Want Object Tracking? Try Deep Sort

Published in

Red Buffer

9 min readFeb 15, 2022

Hello, fellow Computer Vision (CV) engineers. If you have landed on this article it means that you are among the members of the CV squad who have faced the problem of object tracking and are now looking for a solution that is able to solve this problem exceptionally well. If this is the case, you are in the right spot!

For those who are relatively new to the domain or are reading to acquire knowledge, let me give you a brief explanation of what the problem is. Often in a CV problem, we need to track certain objects detected to monitor the behavior or activity of that object over a certain period of time. For this, we need to constantly monitor the object. Some might argue that if that’s the case then why not detect the object in each frame and monitor it? Well, let me make the problem a bit more complex. Say there’s a football player with the ball and the detection model does a good job of detecting the ball initially but as the game moves on and the player starts dribbling there might be scenarios where the ball is half or partially visible. The model won’t be able to retain the detection here.

Let’s take it to the next step and imaging that you’re the coach of Real Madrid and you want your algorithm to see how Modric and Casemiro both perform with the ball. You give each of them a ball and now the problem isn’t single object detection, instead, you have to detect both the balls and associate them with a player. What if the balls cross each other, how will you then maintain the association?

Last but not least, what about the computational cost required to detect objects on each frame? Why not detect on a single frame and then keep tracking them? And this is why object tracking is required.

Now that we’re clear or why it’s required let’s move to the next step which is formally finding differences between the two.

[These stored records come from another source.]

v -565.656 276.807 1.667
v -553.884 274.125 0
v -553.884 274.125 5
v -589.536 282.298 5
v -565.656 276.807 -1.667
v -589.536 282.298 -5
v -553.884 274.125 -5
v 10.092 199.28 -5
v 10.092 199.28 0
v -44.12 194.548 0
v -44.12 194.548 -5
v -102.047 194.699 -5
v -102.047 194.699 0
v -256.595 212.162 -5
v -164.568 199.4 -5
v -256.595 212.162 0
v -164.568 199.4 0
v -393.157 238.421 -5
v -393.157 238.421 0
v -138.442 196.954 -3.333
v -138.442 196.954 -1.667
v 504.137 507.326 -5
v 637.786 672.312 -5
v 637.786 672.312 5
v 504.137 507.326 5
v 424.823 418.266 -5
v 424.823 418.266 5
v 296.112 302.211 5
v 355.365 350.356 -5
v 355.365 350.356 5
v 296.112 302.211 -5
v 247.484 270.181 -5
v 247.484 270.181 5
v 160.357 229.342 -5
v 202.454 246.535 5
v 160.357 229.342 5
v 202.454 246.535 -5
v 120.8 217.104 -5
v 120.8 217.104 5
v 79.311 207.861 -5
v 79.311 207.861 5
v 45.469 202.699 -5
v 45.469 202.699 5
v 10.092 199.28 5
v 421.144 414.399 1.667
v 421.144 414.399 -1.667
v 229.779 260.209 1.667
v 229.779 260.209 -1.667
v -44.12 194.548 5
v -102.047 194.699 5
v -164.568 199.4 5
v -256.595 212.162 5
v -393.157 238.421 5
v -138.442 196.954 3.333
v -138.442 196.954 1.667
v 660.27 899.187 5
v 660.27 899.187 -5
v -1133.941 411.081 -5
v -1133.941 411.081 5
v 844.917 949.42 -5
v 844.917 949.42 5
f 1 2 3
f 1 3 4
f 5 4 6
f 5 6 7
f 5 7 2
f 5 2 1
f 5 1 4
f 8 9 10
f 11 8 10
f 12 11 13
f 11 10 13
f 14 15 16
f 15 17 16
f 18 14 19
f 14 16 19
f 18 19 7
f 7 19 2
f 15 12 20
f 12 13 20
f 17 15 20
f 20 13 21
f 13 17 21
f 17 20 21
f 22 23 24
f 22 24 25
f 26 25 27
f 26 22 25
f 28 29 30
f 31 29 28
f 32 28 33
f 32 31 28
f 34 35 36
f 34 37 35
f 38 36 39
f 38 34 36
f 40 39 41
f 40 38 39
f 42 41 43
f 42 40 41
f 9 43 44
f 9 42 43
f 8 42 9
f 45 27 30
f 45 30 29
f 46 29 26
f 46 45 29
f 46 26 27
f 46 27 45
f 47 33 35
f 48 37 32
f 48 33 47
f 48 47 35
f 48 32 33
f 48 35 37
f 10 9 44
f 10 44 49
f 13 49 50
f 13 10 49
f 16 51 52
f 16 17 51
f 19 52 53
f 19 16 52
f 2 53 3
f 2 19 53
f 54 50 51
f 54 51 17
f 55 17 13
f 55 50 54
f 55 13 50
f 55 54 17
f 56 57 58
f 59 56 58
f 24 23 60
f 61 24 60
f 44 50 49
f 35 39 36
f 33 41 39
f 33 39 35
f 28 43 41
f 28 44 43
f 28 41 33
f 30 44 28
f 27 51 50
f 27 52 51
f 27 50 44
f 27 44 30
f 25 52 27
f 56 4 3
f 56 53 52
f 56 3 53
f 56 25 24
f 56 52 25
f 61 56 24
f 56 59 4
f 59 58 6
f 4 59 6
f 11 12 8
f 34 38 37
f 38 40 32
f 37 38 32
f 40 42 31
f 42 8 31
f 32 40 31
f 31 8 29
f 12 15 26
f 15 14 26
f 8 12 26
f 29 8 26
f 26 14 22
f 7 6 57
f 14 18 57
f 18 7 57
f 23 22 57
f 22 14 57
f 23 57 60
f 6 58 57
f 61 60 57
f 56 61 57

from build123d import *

# Parameters (mm, degrees)
EXTRUDE_1_DEPTH          = 5
CUT_EXTRUDE_1_DEPTH      = 1202.322110811
CUT_EXTRUDE_1_DEPTH_BACK = 1202.322110811
EXTRUDE_2_DEPTH          = 10


with BuildPart() as part:
    # Эскиз11 → Бобышка-Вытянуть1 (new, symmetric)
    with BuildSketch(Plane.XY):
        with BuildLine():
            Line((636.463912705, 976.146466683), (700.205604925, 770.085305884))
            add(Edge.make_bspline(
                [(700.205604925, 770.085305884), (141.848194954, 128.23481722), (116.561380271, 120.122243094), (-589.536273057, 282.297875154)],
                knots=[0, 0, 0, 0, 1, 1, 1, 1], degree=3))
            Line((-589.536273057, 282.297875154), (-589.536273057, 976.146466683))
            Line((-589.536273057, 976.146466683), (636.463912705, 976.146466683))
        make_face()
    extrude(amount=EXTRUDE_1_DEPTH, both=True)

    # Эскиз12 → Вырез-Вытянуть1 (cut, two sides: drawn at the far end of the back side and taken through both)
    with BuildSketch(Plane.XY.offset(-CUT_EXTRUDE_1_DEPTH_BACK)):
        Polygon((-700.700191259, 528.942112061), (706.16734826, 911.673616779), (340.903623972, 1222.525422138), (-820.682545159, 1079.972181823), align=None)
    extrude(amount=CUT_EXTRUDE_1_DEPTH + CUT_EXTRUDE_1_DEPTH_BACK, mode=Mode.SUBTRACT)


with BuildPart() as cut_extrude_1_piece_1:
    # of the separate pieces the step leaves, piece 1, a body of its own (cut_extrude_1_pieces)
    add(part.part.solids().sort_by_distance((660.269941789, 899.187449498, 5))[0])

    # Эскиз14 → Бобышка-Вытянуть2 (add)
    with BuildSketch(Plane(origin=(0, 0, -5), x_dir=(-1, 0, 0), z_dir=(0, 0, -1))):
        with BuildLine():
            Line((1133.941311309, 411.08096229), (589.536273057, 282.297875154))
            add(Edge.make_bspline(
                [(-637.785646163, 672.312444588), (-248.934023891, 179.435642483), (-152.966629698, 110.557627429), (589.536273057, 282.297875154)],
                knots=[0, 0, 0, 0, 1, 1, 1, 1], degree=3))
            Line((-637.785646163, 672.312444588), (-844.917078579, 949.419809347))
            Line((-844.917078579, 949.419809347), (-660.269941789, 899.187449498))
            Line((-660.269941789, 899.187449498), (1133.941311309, 411.08096229))
        make_face()
    extrude(amount=-EXTRUDE_2_DEPTH)


with BuildPart() as cut_extrude_1_piece_2:
    # of the separate pieces the step leaves, piece 2, a body of its own (cut_extrude_1_pieces)
    add(part.part.solids().sort_by_distance((636.463912705, 976.146466683, -5))[0])


solid = cut_extrude_1_piece_1.part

Object Detection vs Object Tracking

In object detection, we detect an object in a frame, put a bounding box or a mask around it, and classify the object in one of the classes. Note that, the job of the detector ends here. It processes each frame independently and identifies numerous objects in that particular frame. While an object tracker on the other hand needs to track a particular object across the entire video. If the detector detects 3 cars in the frame, the object tracker has to identify the 3 separate detections and needs to track them across the subsequent frames (with the help of a unique ID).

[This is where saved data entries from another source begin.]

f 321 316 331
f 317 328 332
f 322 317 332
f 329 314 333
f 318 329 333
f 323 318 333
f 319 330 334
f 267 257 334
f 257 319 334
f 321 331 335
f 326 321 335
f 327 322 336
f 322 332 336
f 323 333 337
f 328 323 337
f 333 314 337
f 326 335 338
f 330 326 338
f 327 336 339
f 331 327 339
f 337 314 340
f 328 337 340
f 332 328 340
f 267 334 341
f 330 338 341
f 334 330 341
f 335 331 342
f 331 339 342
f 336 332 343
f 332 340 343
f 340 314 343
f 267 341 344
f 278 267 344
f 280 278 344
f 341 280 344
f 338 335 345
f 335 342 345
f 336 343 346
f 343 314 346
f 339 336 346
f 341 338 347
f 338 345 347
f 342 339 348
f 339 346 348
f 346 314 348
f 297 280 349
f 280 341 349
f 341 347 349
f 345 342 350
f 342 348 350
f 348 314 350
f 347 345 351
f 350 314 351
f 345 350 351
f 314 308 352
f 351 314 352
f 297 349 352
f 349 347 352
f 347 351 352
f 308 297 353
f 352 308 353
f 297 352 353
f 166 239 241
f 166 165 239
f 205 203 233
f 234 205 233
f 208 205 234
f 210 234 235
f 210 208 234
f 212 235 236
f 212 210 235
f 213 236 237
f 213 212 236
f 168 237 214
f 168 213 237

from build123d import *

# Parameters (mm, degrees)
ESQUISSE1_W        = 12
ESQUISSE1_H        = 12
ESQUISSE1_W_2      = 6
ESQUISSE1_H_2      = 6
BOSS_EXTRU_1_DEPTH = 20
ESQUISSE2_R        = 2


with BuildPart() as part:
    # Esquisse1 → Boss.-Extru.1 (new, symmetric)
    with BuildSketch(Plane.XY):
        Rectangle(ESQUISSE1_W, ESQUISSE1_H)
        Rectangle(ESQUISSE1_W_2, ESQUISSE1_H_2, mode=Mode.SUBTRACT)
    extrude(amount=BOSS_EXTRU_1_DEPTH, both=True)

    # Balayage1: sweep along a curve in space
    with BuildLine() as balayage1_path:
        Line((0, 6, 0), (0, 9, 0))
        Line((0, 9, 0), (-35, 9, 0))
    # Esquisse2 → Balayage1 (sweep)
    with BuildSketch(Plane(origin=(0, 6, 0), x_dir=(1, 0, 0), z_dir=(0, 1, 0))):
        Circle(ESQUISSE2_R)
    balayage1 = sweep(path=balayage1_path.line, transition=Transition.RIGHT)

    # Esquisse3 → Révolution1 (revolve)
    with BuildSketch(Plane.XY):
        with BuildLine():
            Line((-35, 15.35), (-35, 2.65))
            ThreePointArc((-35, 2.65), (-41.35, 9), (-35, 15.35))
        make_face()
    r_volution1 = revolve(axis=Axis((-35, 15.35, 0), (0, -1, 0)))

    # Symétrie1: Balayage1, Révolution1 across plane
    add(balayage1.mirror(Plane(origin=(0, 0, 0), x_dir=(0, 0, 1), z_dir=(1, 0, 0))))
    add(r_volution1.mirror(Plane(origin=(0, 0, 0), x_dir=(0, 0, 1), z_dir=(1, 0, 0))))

Now that we know the what and why of object tracking along with the difference between tracking and detection let’s move towards the main problem which is why to use deep sort and how does a traditional approach solve this problem?.

Traditional Methods

If you look up object tracking, one of the most basic and easy-to-implement algorithms that you are going to find is the native cv2 tracking algorithms. Examples and comparisons are explained in the following pyimage link.

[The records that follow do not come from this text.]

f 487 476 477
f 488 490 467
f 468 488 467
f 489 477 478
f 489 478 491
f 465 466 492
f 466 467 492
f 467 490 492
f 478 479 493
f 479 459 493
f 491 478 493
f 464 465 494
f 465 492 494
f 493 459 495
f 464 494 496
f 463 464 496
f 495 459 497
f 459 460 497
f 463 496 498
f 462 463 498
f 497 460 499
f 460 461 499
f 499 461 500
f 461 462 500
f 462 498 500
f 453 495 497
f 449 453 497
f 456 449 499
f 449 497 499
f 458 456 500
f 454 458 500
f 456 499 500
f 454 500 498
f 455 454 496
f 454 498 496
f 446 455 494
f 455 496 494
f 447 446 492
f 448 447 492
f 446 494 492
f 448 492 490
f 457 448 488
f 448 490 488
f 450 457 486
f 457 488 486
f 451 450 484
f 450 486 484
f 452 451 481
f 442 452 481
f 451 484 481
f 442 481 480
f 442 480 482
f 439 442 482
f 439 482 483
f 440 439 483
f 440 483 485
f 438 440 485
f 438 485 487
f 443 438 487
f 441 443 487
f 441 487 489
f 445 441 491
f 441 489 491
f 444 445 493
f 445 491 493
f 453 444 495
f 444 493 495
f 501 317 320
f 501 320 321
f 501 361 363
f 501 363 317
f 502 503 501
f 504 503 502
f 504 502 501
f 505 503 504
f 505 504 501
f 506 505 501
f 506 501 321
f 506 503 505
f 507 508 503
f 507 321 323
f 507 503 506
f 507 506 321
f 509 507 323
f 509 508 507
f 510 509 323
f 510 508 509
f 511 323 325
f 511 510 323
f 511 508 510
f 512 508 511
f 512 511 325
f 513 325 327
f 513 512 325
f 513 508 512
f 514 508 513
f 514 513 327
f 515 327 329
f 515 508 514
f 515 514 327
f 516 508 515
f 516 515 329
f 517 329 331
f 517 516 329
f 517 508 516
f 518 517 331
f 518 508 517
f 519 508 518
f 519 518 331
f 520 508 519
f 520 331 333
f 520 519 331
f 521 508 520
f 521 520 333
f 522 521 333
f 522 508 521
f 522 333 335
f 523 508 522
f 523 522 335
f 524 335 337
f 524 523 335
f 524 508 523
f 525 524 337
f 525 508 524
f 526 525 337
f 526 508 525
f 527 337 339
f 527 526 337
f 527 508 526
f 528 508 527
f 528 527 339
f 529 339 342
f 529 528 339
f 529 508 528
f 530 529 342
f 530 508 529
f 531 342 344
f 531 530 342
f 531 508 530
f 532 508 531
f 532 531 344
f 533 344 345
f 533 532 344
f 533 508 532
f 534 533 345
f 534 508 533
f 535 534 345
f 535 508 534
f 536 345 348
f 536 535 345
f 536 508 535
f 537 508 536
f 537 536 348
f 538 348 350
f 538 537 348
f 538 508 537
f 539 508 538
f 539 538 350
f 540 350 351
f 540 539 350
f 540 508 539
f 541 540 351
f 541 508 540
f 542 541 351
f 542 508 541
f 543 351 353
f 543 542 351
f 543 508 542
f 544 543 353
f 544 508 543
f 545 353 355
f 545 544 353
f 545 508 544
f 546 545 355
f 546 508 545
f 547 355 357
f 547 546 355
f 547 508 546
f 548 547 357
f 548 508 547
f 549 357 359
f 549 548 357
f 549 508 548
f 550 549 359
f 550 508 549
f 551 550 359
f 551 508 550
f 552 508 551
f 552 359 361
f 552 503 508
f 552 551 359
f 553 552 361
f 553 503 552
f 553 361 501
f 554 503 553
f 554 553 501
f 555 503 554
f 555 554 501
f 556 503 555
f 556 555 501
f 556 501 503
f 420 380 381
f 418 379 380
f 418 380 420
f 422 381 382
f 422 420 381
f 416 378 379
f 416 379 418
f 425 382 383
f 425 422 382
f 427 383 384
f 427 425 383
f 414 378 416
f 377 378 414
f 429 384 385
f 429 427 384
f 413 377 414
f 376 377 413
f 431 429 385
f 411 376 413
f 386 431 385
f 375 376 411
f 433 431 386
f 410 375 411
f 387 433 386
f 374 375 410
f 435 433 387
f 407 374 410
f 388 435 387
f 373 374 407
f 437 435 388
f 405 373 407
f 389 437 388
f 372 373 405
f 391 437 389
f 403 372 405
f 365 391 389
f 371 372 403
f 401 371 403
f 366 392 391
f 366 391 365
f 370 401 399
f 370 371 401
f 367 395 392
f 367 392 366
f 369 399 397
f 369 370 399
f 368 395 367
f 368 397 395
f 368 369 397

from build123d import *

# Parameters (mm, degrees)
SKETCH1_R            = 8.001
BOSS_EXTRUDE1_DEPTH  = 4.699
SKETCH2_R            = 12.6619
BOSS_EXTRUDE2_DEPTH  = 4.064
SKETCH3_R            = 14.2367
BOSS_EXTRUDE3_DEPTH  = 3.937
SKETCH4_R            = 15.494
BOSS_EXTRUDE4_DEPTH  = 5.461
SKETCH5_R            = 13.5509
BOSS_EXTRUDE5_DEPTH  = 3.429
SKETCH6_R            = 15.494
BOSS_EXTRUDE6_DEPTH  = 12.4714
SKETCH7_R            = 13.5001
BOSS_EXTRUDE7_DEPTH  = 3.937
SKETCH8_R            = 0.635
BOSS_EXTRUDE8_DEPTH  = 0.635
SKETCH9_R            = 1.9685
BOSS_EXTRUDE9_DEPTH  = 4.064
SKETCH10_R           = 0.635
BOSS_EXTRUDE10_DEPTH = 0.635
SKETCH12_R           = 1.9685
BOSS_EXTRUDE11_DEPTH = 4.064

BOOSTING Tracker: Based on the same algorithm used to power the machine learning behind Haar cascades (AdaBoost), but like Haar cascades, is over a decade old. This tracker is slow and doesn’t work very well. Interesting only for legacy reasons and comparing other algorithms. (minimum OpenCV 3.0.0)
MIL Tracker: Better accuracy than BOOSTING tracker but does a poor job of reporting failure. (minimum OpenCV 3.0.0)
KCF Tracker: Kernelized Correlation Filters. Faster than BOOSTING and MIL. Similar to MIL and KCF, does not handle full occlusion well. (minimum OpenCV 3.1.0)
CSRT Tracker: Discriminative Correlation Filter (with Channel and Spatial Reliability). Tends to be more accurate than KCF but slightly slower. (minimum OpenCV 3.4.2)
MedianFlow Tracker: Does a nice job reporting failures; however, if there is too large of a jump in motion, such as fast-moving objects, or objects that change quickly in their appearance, the model will fail. (minimum OpenCV 3.0.0)
TLD Tracker: I’m not sure if there is a problem with the OpenCV implementation of the TLD tracker or the actual algorithm itself, but the TLD tracker was incredibly prone to false-positives. I do not recommend using this OpenCV object tracker. (minimum OpenCV 3.0.0)
MOSSE Tracker: Very, very fast. Not as accurate as CSRT or KCF but a good choice if you need pure speed. (minimum OpenCV 3.4.1)
GOTURN Tracker: The only deep learning-based object detector included in OpenCV. It requires additional model files to run (will not be covered in this post). My initial experiments showed it was a bit of a pain to use even though it reportedly handles viewing changes well (my initial experiments didn’t confirm this though).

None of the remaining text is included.